When Should I Start Hangboarding?
Hangboards are a staple in every climbing facility, as much as a climbing wall. From commercial climbing gyms to home wall set-ups, there’s bound to be a hangboard (or two or three) mounted nearby. They are a tried-and-true tool for finger and pull-up training and fantastic for warming up!
Despite their ever-presence, using a hang board can be daunting. Maybe you’ve heard horror stories of pulley injuries arising after a hangboard session, or you’ve only seen the strongest climbers in the gym approach them. Whatever the case, knowing if and when you should start hangboarding can be difficult.
Ask yourself the following questions to start unpacking the best time to incorporate hangboarding. Depending on your answer, follow the corresponding recommendations.
Self-Start Guide to Hangboarding
Q. Do you want to improve finger strength or use it as a warm-up tool?
A. Warm-up
Start at any point, working your way from big to small edges as your fingers warm up. You can use the jugs anytime for pull-ups, dead hangs, or shoulder shrugs.
A. Finger Strength
Q. Have you been climbing regularly for at least a year?
Yes. Your fingers are ready for isolated training. As a good rule of thumb, you’ll want to do your hangboard session before climbing, but after warming up or on a day, you aren’t doing a hard, high-volume climbing session.
No. Keep prioritizing climbing until you’ve consistently climbed for a year. Waiting will allow your tendons time to strengthen without increasing your risk of injury. As a beginner climber, climbing is the best training for improving. After a year, revisit adding in the hangboard routine. In the meantime, feel free to use it as a warm-up tool.
Q. Are you under the age of 15?
A. Yes. It is safe to start hangboarding.
A. No. It is best to minimize isolated loading of your fingers to protect your growth plates, which have yet to fuse completely.
Q. Are you seeing progress in your climbing from your current routine?
A. Yes. Keep at it, and don’t worry about adding a hangboard routine to your training. What you are doing is working. Building finger strength through climbing will also help you progress your technique and overall strength, something hangboarding cannot provide.
If you're not seeing progress in your climbing from your current routine, Don't worry. Introducing a weekly or bi-weekly hangboarding session could be the breakthrough you need. Focus on finding a program designed to overload your tendons gradually. This will help you make gains specific to your finger strength, and you'll be amazed at the progress you can achieve!
If you’ve identified through the Self-Start Q&A that you are ready to start hangboarding, there are some basic safety measures and terminology you should know before beginning.
Safety
1. Warm-up Thoroughly
It's crucial to emphasize the importance of adequately warming up your fingers and forearms before starting a hangboarding routine. This preparation is vital to preventing injuries and ensuring your body is ready for an intense workout.
2. Avoid Monos and Full-Crimping
See ‘Terminology’ below for what these grip positions entail.
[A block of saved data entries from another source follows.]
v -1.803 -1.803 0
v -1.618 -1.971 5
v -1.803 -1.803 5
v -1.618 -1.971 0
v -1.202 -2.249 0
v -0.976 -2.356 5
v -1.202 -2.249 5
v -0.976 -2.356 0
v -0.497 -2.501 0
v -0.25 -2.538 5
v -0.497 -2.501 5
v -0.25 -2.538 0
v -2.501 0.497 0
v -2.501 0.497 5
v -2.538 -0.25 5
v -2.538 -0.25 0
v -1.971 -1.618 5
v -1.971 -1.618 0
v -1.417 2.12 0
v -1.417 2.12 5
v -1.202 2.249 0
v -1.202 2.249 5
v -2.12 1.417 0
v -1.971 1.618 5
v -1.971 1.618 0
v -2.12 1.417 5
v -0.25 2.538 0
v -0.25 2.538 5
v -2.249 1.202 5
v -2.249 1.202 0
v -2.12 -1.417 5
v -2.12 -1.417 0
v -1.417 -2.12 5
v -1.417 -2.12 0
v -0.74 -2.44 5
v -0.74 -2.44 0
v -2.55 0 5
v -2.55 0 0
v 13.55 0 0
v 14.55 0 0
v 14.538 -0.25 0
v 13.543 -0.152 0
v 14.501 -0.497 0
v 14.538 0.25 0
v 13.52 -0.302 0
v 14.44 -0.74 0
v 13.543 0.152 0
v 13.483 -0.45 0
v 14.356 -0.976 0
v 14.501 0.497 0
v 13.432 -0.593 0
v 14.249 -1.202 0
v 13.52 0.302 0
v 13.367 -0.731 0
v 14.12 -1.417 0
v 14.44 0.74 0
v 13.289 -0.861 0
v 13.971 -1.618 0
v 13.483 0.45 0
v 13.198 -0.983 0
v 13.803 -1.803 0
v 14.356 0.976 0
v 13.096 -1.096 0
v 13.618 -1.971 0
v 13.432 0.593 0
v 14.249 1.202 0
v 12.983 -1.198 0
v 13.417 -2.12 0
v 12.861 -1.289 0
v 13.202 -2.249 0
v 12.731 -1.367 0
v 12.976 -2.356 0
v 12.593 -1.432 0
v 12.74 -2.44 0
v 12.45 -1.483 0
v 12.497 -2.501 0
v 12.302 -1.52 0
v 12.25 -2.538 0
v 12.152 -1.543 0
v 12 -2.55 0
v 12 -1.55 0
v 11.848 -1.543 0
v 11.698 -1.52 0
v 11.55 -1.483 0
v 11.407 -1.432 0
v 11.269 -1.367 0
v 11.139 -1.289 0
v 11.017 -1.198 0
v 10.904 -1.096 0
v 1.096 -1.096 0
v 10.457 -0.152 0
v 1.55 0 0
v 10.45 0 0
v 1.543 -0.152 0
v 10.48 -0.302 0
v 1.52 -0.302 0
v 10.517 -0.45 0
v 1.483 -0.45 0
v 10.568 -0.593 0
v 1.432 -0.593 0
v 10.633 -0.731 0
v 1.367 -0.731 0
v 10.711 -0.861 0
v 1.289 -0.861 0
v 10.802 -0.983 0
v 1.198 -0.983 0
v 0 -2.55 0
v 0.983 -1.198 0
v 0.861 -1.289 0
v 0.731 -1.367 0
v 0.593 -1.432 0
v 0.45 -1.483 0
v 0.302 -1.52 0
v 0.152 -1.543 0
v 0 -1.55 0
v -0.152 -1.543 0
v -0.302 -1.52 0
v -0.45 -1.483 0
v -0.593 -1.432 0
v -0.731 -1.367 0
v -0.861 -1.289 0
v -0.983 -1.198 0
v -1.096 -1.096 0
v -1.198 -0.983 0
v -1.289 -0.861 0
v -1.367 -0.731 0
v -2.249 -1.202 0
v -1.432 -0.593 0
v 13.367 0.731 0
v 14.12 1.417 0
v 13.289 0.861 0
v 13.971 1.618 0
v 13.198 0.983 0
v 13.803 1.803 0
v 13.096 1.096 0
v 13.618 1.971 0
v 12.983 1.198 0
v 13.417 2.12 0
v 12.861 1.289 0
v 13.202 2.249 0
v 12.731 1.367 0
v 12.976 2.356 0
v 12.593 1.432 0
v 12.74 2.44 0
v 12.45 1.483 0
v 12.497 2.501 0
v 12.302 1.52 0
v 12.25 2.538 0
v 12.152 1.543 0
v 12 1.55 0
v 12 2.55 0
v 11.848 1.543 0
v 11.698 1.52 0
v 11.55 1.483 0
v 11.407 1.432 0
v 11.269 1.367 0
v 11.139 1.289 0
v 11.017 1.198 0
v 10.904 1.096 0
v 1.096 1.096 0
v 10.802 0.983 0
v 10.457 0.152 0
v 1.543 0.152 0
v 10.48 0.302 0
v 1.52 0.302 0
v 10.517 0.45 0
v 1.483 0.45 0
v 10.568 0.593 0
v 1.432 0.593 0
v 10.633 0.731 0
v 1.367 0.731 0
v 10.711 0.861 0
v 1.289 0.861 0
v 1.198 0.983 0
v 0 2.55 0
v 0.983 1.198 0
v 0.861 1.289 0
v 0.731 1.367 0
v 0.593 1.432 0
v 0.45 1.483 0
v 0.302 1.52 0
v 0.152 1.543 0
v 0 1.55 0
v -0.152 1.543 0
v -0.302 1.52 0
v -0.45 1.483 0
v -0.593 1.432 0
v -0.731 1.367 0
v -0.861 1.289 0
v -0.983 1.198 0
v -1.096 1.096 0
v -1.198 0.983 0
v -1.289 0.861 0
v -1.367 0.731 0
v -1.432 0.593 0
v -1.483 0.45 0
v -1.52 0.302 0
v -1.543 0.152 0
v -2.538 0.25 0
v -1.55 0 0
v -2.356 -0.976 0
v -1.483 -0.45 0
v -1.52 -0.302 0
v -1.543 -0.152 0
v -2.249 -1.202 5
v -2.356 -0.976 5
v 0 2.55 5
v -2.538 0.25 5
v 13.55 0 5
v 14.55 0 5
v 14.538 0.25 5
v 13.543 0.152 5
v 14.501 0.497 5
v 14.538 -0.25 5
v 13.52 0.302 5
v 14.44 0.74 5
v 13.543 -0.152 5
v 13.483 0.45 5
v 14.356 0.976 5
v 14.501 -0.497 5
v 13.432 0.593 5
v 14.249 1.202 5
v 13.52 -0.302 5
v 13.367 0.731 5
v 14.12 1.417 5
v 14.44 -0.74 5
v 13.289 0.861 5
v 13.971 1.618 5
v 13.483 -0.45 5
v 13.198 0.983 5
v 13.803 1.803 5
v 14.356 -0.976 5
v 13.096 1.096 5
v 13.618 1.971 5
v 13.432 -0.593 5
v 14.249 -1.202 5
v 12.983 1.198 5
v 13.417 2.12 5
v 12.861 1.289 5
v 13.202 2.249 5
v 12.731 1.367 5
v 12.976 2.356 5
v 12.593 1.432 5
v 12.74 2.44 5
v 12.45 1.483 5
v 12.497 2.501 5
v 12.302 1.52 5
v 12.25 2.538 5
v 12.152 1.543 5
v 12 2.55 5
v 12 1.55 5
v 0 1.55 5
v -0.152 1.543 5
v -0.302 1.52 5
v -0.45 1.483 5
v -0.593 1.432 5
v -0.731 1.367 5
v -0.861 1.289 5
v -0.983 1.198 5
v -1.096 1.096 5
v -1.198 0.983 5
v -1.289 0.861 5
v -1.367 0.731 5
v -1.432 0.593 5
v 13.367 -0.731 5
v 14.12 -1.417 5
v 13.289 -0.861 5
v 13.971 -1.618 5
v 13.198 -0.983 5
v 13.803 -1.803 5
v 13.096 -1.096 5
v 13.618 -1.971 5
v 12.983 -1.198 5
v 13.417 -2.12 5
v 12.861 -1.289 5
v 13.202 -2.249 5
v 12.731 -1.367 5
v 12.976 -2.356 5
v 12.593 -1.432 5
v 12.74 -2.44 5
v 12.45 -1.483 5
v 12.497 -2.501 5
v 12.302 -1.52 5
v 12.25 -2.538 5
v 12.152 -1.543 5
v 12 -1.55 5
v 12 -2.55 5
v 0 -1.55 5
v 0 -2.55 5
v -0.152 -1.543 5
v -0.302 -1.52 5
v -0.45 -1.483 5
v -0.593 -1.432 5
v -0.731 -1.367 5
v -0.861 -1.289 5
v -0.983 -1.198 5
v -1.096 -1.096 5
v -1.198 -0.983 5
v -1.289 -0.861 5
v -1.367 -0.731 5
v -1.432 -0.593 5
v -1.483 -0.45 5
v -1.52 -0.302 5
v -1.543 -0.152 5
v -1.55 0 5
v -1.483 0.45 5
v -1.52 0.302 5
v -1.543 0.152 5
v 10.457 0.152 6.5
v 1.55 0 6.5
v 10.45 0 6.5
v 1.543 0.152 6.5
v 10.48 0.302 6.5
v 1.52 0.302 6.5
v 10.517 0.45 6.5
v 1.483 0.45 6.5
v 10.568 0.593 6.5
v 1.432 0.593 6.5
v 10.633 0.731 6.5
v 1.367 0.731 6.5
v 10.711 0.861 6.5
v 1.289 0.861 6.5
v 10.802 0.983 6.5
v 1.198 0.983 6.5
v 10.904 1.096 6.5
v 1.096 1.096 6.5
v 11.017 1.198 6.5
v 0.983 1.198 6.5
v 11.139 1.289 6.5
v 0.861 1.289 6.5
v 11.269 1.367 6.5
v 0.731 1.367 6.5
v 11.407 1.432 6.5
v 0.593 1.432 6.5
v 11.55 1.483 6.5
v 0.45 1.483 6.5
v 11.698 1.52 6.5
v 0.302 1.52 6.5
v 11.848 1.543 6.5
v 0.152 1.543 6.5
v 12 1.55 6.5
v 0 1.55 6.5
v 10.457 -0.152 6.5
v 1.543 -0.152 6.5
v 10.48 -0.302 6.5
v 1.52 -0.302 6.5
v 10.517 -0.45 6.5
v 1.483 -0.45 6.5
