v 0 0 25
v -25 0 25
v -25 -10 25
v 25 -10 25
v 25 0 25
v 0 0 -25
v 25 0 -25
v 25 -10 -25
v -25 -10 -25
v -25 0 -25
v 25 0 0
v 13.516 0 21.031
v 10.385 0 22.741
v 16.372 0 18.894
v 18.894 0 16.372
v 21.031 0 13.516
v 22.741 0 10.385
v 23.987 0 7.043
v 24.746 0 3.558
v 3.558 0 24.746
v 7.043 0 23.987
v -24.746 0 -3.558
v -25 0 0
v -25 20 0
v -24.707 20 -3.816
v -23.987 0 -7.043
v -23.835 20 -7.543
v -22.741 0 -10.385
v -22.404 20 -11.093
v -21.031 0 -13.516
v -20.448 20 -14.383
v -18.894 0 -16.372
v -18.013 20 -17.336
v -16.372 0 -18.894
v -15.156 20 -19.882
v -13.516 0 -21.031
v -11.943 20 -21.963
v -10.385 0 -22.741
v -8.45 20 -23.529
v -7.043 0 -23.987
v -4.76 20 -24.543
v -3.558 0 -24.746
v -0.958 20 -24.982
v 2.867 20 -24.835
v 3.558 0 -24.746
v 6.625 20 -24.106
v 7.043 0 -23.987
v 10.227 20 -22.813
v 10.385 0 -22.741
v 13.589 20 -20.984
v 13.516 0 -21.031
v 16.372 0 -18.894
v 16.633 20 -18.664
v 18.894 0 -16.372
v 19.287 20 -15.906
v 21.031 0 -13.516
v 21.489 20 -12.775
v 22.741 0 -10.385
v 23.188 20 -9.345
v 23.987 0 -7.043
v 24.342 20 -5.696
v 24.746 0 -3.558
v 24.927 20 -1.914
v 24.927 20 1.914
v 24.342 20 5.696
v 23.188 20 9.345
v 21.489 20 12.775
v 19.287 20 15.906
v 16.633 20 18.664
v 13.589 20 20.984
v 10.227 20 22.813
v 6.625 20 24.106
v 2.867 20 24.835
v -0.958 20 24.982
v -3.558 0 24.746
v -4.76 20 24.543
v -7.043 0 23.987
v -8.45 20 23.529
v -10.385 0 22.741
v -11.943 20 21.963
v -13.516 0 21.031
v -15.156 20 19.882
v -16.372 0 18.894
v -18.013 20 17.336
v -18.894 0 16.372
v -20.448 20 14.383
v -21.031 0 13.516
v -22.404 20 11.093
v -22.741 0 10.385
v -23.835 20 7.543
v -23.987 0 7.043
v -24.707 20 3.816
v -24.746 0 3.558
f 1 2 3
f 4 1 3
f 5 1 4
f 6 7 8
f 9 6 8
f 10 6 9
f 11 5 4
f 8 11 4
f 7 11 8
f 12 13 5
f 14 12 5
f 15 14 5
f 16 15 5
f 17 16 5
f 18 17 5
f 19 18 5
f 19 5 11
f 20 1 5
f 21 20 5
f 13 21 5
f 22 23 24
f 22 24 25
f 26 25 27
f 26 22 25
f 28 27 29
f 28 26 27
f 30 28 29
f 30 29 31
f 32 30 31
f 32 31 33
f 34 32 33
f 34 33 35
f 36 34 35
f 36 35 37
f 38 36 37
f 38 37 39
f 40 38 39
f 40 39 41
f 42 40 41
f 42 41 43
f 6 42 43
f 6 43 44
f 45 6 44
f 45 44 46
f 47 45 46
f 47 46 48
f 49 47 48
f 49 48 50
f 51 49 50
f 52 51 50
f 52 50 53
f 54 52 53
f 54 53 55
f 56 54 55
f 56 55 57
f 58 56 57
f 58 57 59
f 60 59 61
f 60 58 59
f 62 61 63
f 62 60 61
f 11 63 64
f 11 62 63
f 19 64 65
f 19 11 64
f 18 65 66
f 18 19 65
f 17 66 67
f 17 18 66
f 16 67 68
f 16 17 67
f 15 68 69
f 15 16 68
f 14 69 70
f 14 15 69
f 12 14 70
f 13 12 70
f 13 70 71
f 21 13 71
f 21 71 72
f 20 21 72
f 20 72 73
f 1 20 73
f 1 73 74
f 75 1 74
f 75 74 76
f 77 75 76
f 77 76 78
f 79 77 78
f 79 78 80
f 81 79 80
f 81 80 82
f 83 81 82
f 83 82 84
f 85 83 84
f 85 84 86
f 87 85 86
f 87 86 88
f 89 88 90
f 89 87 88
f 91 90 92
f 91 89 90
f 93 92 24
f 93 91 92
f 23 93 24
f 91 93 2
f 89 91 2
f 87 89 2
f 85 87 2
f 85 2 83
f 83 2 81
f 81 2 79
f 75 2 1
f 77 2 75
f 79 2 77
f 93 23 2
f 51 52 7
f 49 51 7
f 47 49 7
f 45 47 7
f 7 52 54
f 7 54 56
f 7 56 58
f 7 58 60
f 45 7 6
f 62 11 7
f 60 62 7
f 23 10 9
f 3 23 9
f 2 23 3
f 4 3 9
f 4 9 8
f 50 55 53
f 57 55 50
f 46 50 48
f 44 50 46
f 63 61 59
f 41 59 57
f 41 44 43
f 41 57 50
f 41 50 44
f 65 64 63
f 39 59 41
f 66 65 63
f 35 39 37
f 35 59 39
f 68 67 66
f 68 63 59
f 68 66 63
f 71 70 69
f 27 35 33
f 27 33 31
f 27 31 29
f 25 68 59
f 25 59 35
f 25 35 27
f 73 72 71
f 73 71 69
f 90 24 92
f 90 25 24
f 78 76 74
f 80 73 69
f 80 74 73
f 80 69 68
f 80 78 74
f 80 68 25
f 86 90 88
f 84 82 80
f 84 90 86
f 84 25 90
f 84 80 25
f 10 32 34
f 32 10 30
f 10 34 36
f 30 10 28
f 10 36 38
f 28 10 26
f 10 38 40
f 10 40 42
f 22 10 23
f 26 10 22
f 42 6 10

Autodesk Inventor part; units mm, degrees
ref_plane "YZ Plane" through (0, 0, 0) normal (1, 0, 0) x (0, 1, 0)
ref_plane "XZ Plane" through (0, 0, 0) normal (0, 1, 0) x (-1, 0, 0)
ref_plane "XY Plane" through (0, 0, 0) normal (0, 0, 1) x (1, 0, 0)
sketch "Skizze1" plane through (0, 0, 0) normal (0, 1, 0) x (-1, 0, 0)
  circle A0 centre (0, 0) radius 25
  dimension "d0" = 50
extrude "Extrusion1" add sketch "Skizze1" along normal blind 20
sketch "Skizze2" plane through (0, 0, 0) normal (0, -1, 0) x (1, 0, 0)
  line L0 (-25, 25) -> (25, 25)
  line L1 (25, 25) -> (25, -25)
  line L2 (25, -25) -> (-25, -25)
  line L3 (-25, -25) -> (-25, 25)
  circle A0 centre (0, 0) radius 25 projected
extrude "Extrusion2" add sketch "Skizze2" along normal blind 10
equation "\"d0\" = UsedParameter"
equation "\"UsedParameter\" = 50"
equation "\"unusedParameter\" = 1"
properties part number "2Extrusionen"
Using these positions is okay when climbing but can cause injury if not performed correctly or overused.
3. Hangboarding is Training - Don’t Count it as a Rest Day.
As a beginner, hangboarding training will tax your tendons. Don’t count it as a rest day unless you are ready to suffer the consequences of overtraining (read: injury). In many cases, climbing is preferable to hangboarding because you can work on finger strength while progressing in other areas.
4. Don’t be afraid to adjust edge size and weight as needed.
During a hangboard workout, it's essential to listen to your body. If the workout feels too intense, consider reducing the weight by keeping your feet on the ground or using a counterweight. Similarly, adjust the edge size as needed. This self-awareness is crucial in preventing overtraining and potential injury.
Terminology
As you begin hangboarding and combing through hangboard workouts or training plans, you will likely come across various terms for different grip positions. Knowing the difference between grip types will help you complete a hangboarding routine effectively.
Grip Positions
Open-hand: Grip position using the first pad of the middle three fingers (climber may also use their pinky depending upon their anatomy). Climber bends their fingers at the second knuckle.
Half-crimp: Grip position using a thumb lock. Climber starts in an open-hand position but wraps their thumb over their index finger.
Full-crimp: Grip position that mimics the half-crimp but goes one step further to where the climber hyper-extends the DIP joint (the joint closest to the fingertip).
Monos: Pockets that only fit one finger.
Remember when to start hangboarding, and the routines themselves are highly individual. You are unique, and your body will guide you. Adding hangboard sessions can be beneficial, but increasing your climbing sessions' intensity or consistency can yield similar results. If you’re unsure, don’t hesitate to consult a climbing coach or try a routine. Always be mindful of the intensity and your body's signals!